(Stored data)
● ● ● ● ● ● ●

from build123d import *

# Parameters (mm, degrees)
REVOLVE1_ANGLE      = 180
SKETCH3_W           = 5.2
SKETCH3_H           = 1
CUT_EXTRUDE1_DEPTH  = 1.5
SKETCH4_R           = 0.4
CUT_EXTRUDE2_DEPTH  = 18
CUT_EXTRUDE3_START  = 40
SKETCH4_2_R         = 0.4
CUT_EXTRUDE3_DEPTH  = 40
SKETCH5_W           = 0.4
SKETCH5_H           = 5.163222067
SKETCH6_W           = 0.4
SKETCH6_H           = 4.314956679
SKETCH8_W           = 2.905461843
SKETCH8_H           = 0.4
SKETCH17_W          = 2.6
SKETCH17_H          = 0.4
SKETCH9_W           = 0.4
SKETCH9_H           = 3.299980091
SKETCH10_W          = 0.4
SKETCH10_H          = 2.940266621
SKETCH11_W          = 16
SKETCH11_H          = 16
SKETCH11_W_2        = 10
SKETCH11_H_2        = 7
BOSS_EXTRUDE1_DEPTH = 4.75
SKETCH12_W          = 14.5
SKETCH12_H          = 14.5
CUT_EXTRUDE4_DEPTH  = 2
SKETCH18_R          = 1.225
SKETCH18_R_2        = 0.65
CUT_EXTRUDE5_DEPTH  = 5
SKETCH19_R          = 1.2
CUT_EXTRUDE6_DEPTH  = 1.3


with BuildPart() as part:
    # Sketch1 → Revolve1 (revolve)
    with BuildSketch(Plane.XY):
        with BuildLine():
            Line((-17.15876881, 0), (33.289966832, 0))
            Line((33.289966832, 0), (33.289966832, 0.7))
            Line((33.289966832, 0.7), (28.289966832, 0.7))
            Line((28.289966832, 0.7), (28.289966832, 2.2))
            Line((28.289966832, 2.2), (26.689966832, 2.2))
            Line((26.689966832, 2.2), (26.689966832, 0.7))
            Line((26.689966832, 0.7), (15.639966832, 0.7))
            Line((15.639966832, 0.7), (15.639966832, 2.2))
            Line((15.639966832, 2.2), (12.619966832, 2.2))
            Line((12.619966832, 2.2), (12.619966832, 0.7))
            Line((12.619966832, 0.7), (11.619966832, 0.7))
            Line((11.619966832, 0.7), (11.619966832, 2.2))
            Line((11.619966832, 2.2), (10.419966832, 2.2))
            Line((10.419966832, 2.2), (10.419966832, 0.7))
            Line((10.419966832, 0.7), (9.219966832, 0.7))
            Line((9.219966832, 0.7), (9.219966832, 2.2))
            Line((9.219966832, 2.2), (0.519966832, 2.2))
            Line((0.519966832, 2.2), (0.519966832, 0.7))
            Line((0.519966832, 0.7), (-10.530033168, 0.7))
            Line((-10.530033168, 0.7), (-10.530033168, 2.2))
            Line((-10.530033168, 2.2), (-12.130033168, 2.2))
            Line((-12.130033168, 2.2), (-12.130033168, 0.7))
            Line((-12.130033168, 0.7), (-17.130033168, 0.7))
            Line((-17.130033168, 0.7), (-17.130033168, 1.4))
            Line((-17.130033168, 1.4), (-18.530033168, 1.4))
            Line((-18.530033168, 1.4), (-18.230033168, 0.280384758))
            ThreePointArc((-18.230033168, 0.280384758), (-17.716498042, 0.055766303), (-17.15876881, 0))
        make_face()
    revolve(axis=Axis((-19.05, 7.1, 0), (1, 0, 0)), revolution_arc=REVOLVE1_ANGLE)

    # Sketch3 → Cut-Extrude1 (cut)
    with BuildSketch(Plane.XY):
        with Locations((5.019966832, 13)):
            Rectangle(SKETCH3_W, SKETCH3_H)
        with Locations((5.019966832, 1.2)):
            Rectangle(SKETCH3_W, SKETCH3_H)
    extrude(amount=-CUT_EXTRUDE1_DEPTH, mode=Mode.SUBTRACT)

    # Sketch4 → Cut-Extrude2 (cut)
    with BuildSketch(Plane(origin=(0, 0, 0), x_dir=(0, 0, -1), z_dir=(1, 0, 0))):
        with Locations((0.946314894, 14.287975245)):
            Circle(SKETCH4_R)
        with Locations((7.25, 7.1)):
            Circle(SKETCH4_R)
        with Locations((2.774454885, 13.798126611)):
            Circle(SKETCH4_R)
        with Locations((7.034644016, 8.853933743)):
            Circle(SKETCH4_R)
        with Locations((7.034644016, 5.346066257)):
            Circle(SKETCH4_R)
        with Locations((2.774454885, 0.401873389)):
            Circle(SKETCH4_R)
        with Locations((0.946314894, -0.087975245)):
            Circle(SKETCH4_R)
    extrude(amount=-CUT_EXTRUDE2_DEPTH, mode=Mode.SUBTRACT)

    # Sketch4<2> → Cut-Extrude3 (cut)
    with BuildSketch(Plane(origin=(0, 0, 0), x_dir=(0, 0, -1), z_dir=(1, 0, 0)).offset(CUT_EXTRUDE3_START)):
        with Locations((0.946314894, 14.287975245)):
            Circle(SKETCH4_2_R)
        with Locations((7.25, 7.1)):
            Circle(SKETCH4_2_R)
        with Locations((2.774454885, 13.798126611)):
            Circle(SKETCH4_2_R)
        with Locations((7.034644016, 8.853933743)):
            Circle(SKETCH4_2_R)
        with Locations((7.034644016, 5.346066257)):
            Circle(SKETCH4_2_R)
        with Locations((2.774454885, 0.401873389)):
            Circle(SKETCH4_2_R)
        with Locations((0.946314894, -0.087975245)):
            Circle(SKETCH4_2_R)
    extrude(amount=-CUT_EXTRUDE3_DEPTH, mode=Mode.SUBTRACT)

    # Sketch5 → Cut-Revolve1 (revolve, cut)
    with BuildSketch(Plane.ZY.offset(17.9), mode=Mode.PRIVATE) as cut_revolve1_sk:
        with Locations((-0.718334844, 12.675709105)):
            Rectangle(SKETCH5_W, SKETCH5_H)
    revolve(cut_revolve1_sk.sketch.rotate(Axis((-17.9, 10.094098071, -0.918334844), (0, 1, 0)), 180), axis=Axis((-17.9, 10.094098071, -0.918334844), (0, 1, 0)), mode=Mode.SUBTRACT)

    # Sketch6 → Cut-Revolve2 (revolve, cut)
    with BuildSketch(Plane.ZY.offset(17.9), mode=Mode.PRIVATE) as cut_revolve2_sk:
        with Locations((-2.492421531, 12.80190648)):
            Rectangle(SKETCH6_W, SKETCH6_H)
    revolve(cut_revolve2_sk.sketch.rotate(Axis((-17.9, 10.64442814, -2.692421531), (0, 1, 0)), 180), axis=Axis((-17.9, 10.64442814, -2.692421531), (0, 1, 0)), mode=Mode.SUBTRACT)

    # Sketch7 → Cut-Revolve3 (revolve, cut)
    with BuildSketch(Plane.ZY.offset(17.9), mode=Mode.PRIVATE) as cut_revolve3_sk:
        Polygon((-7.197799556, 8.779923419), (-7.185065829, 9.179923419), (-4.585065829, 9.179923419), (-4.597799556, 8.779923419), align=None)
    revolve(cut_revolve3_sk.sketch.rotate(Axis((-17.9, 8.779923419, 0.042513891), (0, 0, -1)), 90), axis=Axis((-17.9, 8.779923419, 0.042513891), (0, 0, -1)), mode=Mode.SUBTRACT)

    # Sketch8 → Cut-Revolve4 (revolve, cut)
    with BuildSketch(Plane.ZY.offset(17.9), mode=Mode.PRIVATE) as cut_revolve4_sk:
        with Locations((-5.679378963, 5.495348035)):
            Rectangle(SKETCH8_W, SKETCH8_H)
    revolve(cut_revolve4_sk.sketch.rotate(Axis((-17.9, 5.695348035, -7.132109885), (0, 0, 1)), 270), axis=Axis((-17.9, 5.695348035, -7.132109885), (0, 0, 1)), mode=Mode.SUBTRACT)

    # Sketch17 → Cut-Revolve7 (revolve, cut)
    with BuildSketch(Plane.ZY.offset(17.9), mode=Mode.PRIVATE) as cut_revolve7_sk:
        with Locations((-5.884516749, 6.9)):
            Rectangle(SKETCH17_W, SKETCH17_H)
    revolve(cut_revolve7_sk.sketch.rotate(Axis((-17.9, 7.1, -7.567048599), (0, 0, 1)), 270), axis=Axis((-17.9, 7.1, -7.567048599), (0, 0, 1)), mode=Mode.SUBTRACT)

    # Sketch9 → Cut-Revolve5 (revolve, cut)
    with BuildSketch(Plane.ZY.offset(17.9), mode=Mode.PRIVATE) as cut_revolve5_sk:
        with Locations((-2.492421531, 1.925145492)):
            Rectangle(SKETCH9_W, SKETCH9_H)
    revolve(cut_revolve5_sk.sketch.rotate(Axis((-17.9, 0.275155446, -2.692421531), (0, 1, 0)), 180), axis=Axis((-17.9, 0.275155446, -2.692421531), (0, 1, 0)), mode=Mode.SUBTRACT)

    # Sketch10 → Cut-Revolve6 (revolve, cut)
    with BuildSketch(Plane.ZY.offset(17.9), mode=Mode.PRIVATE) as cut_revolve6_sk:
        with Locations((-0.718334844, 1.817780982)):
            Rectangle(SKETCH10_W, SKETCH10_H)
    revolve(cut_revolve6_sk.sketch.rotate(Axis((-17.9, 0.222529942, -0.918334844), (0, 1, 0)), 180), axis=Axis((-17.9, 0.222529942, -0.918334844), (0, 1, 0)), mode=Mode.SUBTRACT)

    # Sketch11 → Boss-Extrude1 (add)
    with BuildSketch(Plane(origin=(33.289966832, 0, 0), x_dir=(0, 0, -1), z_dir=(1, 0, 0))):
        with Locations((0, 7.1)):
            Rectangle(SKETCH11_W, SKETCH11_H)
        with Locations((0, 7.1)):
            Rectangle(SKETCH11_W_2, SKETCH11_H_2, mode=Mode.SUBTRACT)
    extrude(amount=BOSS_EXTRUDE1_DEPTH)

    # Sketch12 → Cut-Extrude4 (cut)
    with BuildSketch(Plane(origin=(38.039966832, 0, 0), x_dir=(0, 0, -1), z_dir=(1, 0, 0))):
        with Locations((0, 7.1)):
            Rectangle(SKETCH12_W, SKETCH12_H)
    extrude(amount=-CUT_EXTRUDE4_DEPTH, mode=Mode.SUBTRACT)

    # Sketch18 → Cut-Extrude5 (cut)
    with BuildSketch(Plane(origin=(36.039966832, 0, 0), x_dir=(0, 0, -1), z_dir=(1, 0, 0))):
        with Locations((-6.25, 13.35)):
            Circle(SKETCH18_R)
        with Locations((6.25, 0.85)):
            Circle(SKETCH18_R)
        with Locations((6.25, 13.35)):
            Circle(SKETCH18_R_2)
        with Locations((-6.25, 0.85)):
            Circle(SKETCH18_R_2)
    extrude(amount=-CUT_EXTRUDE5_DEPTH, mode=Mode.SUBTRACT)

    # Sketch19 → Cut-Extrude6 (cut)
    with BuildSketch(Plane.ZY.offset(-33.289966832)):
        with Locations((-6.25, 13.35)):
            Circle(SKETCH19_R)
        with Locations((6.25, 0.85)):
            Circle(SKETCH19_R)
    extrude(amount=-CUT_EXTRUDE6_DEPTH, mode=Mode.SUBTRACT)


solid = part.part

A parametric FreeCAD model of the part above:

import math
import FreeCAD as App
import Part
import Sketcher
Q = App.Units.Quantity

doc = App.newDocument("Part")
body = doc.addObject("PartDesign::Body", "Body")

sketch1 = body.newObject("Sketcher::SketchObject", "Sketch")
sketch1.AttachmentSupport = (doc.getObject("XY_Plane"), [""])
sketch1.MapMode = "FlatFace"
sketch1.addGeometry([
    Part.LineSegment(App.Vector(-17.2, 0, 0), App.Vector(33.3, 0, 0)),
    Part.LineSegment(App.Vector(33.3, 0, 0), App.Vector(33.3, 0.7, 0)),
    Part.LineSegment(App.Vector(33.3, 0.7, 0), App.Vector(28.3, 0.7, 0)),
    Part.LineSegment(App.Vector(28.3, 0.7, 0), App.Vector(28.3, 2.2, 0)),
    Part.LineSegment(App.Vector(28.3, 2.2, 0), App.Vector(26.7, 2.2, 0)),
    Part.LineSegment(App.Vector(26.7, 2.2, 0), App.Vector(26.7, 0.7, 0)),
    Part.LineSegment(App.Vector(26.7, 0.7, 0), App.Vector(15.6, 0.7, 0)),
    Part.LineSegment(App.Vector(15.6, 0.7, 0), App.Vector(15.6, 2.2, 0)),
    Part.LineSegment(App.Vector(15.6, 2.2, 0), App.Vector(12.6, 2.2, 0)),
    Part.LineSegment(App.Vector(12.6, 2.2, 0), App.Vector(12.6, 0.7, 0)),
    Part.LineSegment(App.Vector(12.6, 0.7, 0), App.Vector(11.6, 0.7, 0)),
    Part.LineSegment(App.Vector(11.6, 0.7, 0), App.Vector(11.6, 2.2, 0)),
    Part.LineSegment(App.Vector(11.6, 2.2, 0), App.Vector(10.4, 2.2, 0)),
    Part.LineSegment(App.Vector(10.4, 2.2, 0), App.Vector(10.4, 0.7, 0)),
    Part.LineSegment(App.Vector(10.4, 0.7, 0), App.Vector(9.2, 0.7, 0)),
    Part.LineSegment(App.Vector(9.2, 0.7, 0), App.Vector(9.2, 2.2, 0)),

● ● ● ● ● ● ●

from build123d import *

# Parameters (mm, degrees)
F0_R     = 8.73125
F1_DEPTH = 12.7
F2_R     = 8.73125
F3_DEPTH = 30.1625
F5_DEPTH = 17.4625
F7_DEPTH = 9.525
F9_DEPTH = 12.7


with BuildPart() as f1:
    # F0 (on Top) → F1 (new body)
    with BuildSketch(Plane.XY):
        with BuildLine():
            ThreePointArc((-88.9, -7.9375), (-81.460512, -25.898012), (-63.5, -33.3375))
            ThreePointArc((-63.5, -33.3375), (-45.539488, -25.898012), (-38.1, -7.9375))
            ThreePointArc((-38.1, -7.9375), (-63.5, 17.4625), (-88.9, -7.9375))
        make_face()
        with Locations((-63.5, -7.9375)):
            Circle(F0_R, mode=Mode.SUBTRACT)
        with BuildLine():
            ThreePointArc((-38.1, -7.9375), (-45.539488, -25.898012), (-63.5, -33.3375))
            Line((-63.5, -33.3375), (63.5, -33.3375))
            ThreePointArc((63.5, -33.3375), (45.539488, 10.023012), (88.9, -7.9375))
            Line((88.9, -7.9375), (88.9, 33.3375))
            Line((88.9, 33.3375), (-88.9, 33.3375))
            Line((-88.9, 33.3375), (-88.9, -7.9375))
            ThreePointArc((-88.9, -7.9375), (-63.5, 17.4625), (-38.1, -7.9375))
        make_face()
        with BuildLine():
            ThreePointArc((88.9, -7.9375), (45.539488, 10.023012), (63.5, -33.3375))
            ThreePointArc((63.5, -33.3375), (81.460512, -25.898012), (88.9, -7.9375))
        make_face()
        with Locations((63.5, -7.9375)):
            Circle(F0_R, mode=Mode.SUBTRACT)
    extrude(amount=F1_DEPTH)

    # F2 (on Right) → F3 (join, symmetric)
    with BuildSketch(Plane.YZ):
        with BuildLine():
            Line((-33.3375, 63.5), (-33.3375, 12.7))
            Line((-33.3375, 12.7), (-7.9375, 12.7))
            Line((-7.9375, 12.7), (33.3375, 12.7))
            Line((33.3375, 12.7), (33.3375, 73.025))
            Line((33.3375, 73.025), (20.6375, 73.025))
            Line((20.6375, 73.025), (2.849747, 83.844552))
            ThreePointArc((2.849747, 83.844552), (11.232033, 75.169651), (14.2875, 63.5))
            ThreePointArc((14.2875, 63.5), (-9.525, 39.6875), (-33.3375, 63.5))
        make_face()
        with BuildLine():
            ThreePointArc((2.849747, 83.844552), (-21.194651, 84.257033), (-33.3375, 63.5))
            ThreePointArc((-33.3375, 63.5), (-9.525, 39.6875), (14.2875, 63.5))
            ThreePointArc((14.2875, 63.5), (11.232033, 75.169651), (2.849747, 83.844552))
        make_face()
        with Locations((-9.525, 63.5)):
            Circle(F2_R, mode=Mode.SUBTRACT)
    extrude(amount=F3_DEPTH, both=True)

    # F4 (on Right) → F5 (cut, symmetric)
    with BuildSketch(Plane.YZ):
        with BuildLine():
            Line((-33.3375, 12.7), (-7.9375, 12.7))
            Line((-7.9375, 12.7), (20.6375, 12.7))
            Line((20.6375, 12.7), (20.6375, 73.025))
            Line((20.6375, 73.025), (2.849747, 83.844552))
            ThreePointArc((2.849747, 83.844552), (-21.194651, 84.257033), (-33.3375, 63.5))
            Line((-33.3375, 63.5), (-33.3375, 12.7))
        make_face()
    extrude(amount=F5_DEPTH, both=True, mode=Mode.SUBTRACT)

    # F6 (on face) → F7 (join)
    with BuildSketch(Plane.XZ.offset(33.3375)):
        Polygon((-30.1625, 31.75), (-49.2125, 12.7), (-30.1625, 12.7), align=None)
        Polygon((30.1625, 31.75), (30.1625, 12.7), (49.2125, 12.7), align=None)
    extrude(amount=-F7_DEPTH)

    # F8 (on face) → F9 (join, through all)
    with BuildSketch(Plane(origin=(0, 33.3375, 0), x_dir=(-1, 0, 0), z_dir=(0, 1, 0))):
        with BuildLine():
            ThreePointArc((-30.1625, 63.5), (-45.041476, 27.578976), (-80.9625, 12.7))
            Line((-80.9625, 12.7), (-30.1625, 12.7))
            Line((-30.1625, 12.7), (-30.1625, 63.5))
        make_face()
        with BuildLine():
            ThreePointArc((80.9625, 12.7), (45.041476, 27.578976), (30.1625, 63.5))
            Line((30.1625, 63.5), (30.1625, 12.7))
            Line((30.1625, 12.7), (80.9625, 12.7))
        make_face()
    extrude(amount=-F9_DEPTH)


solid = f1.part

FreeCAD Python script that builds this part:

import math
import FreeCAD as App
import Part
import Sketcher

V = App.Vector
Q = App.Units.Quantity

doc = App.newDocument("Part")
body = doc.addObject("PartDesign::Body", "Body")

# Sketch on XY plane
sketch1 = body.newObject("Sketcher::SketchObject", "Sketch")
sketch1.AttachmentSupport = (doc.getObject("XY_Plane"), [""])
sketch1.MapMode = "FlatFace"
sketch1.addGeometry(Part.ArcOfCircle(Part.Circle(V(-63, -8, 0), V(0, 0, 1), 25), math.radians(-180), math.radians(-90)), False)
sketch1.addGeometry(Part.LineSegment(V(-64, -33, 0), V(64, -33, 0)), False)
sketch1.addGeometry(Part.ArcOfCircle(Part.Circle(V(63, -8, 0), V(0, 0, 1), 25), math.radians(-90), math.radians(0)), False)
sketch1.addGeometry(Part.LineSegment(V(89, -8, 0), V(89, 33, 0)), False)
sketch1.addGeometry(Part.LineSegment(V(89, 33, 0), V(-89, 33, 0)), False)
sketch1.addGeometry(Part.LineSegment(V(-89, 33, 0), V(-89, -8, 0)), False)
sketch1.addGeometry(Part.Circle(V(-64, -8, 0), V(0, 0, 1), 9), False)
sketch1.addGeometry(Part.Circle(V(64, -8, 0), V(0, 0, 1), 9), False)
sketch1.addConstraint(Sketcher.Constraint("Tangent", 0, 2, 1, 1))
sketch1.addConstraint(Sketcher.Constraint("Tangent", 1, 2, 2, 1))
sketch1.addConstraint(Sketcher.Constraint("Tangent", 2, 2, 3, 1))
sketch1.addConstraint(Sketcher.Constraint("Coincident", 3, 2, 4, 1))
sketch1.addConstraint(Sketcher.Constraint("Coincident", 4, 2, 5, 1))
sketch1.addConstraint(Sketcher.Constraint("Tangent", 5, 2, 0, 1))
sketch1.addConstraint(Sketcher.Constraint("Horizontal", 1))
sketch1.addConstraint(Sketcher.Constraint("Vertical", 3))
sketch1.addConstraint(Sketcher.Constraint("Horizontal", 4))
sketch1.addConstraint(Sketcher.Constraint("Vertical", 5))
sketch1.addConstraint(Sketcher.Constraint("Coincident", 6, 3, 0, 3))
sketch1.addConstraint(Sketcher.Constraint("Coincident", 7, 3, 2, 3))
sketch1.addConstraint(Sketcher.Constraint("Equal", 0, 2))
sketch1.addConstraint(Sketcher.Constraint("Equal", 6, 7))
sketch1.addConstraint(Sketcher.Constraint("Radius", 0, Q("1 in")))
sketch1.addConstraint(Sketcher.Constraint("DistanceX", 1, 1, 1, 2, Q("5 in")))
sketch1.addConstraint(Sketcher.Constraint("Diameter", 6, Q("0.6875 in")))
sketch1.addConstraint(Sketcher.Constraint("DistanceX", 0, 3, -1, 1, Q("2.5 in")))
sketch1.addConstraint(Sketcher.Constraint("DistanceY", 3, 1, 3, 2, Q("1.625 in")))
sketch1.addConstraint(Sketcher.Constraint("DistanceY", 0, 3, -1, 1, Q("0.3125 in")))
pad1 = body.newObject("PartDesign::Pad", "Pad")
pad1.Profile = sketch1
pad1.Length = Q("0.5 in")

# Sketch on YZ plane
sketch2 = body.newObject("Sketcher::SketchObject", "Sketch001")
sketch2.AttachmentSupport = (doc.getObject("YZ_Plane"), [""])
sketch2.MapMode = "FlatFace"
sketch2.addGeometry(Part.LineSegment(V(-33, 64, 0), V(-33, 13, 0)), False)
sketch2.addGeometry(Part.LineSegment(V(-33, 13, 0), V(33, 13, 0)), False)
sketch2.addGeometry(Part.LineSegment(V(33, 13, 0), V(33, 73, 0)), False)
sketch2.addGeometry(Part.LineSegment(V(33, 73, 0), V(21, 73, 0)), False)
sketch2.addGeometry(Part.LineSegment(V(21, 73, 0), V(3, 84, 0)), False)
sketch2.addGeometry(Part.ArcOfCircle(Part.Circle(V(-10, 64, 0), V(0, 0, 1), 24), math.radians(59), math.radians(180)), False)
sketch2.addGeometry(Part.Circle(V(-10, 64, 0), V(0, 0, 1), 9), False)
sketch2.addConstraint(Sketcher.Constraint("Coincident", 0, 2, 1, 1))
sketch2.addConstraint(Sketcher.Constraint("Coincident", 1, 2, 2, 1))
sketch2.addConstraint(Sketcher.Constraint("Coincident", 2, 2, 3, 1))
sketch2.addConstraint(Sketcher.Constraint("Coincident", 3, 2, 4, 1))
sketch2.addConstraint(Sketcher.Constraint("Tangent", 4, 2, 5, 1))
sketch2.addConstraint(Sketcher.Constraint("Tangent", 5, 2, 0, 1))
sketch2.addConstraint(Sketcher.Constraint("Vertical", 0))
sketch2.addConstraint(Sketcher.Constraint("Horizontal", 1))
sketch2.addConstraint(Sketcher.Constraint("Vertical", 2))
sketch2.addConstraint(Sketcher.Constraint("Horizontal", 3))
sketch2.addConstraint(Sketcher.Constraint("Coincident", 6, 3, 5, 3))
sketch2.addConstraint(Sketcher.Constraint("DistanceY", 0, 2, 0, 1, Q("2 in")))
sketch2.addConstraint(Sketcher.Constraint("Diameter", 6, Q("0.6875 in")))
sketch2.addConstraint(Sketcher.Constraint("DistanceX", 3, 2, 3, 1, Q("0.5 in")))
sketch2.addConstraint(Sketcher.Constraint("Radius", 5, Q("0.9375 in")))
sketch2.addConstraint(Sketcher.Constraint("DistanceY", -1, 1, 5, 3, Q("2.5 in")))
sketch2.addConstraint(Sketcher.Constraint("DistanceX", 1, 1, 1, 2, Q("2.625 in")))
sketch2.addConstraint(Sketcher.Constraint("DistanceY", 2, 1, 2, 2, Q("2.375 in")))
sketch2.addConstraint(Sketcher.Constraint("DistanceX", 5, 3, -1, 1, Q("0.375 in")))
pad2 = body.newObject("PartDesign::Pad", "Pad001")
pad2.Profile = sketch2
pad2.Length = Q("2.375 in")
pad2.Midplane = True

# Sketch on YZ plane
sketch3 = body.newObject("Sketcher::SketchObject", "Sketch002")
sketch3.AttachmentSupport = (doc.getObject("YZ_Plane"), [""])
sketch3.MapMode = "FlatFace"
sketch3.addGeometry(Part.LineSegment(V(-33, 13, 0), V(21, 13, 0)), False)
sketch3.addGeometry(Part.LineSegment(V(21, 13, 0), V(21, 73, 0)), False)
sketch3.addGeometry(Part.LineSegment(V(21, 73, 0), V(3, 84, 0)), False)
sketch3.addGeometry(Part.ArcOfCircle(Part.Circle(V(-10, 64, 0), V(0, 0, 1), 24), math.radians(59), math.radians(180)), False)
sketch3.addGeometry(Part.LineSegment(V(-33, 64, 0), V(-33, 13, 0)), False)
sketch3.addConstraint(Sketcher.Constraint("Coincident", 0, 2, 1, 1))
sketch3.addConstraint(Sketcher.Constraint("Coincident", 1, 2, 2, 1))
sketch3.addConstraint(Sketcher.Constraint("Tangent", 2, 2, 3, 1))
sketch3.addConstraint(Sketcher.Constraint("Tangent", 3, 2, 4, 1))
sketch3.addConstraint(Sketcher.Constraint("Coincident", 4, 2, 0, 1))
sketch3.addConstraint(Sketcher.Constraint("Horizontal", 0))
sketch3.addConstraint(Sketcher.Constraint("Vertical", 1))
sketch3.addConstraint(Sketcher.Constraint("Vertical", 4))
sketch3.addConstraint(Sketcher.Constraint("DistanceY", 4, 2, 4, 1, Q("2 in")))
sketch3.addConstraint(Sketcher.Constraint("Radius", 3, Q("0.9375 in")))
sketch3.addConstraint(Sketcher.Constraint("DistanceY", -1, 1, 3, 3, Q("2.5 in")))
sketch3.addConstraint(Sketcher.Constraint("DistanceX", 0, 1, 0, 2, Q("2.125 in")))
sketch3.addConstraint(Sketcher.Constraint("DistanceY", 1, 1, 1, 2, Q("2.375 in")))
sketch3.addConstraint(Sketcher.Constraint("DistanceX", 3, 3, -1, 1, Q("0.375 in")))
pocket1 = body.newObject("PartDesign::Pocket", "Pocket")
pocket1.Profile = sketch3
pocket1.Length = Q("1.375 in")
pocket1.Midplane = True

● ● ● ● ● ● ●

* What is being asked *
Above this instruction are the records; retype exactly the lines from the one containing "# F0 (on Top) → F1 (new body)" up to and including the one containing "Line((88.9, 33.3375), (-88.9, 33.3375))".

* Answer space *
    # F0 (on Top) → F1 (new body)
    with BuildSketch(Plane.XY):
        with BuildLine():
            ThreePointArc((-88.9, -7.9375), (-81.460512, -25.898012), (-63.5, -33.3375))
            ThreePointArc((-63.5, -33.3375), (-45.539488, -25.898012), (-38.1, -7.9375))
            ThreePointArc((-38.1, -7.9375), (-63.5, 17.4625), (-88.9, -7.9375))
        make_face()
        with Locations((-63.5, -7.9375)):
            Circle(F0_R, mode=Mode.SUBTRACT)
        with BuildLine():
            ThreePointArc((-38.1, -7.9375), (-45.539488, -25.898012), (-63.5, -33.3375))
            Line((-63.5, -33.3375), (63.5, -33.3375))
            ThreePointArc((63.5, -33.3375), (45.539488, 10.023012), (88.9, -7.9375))
            Line((88.9, -7.9375), (88.9, 33.3375))
            Line((88.9, 33.3375), (-88.9, 33.3375))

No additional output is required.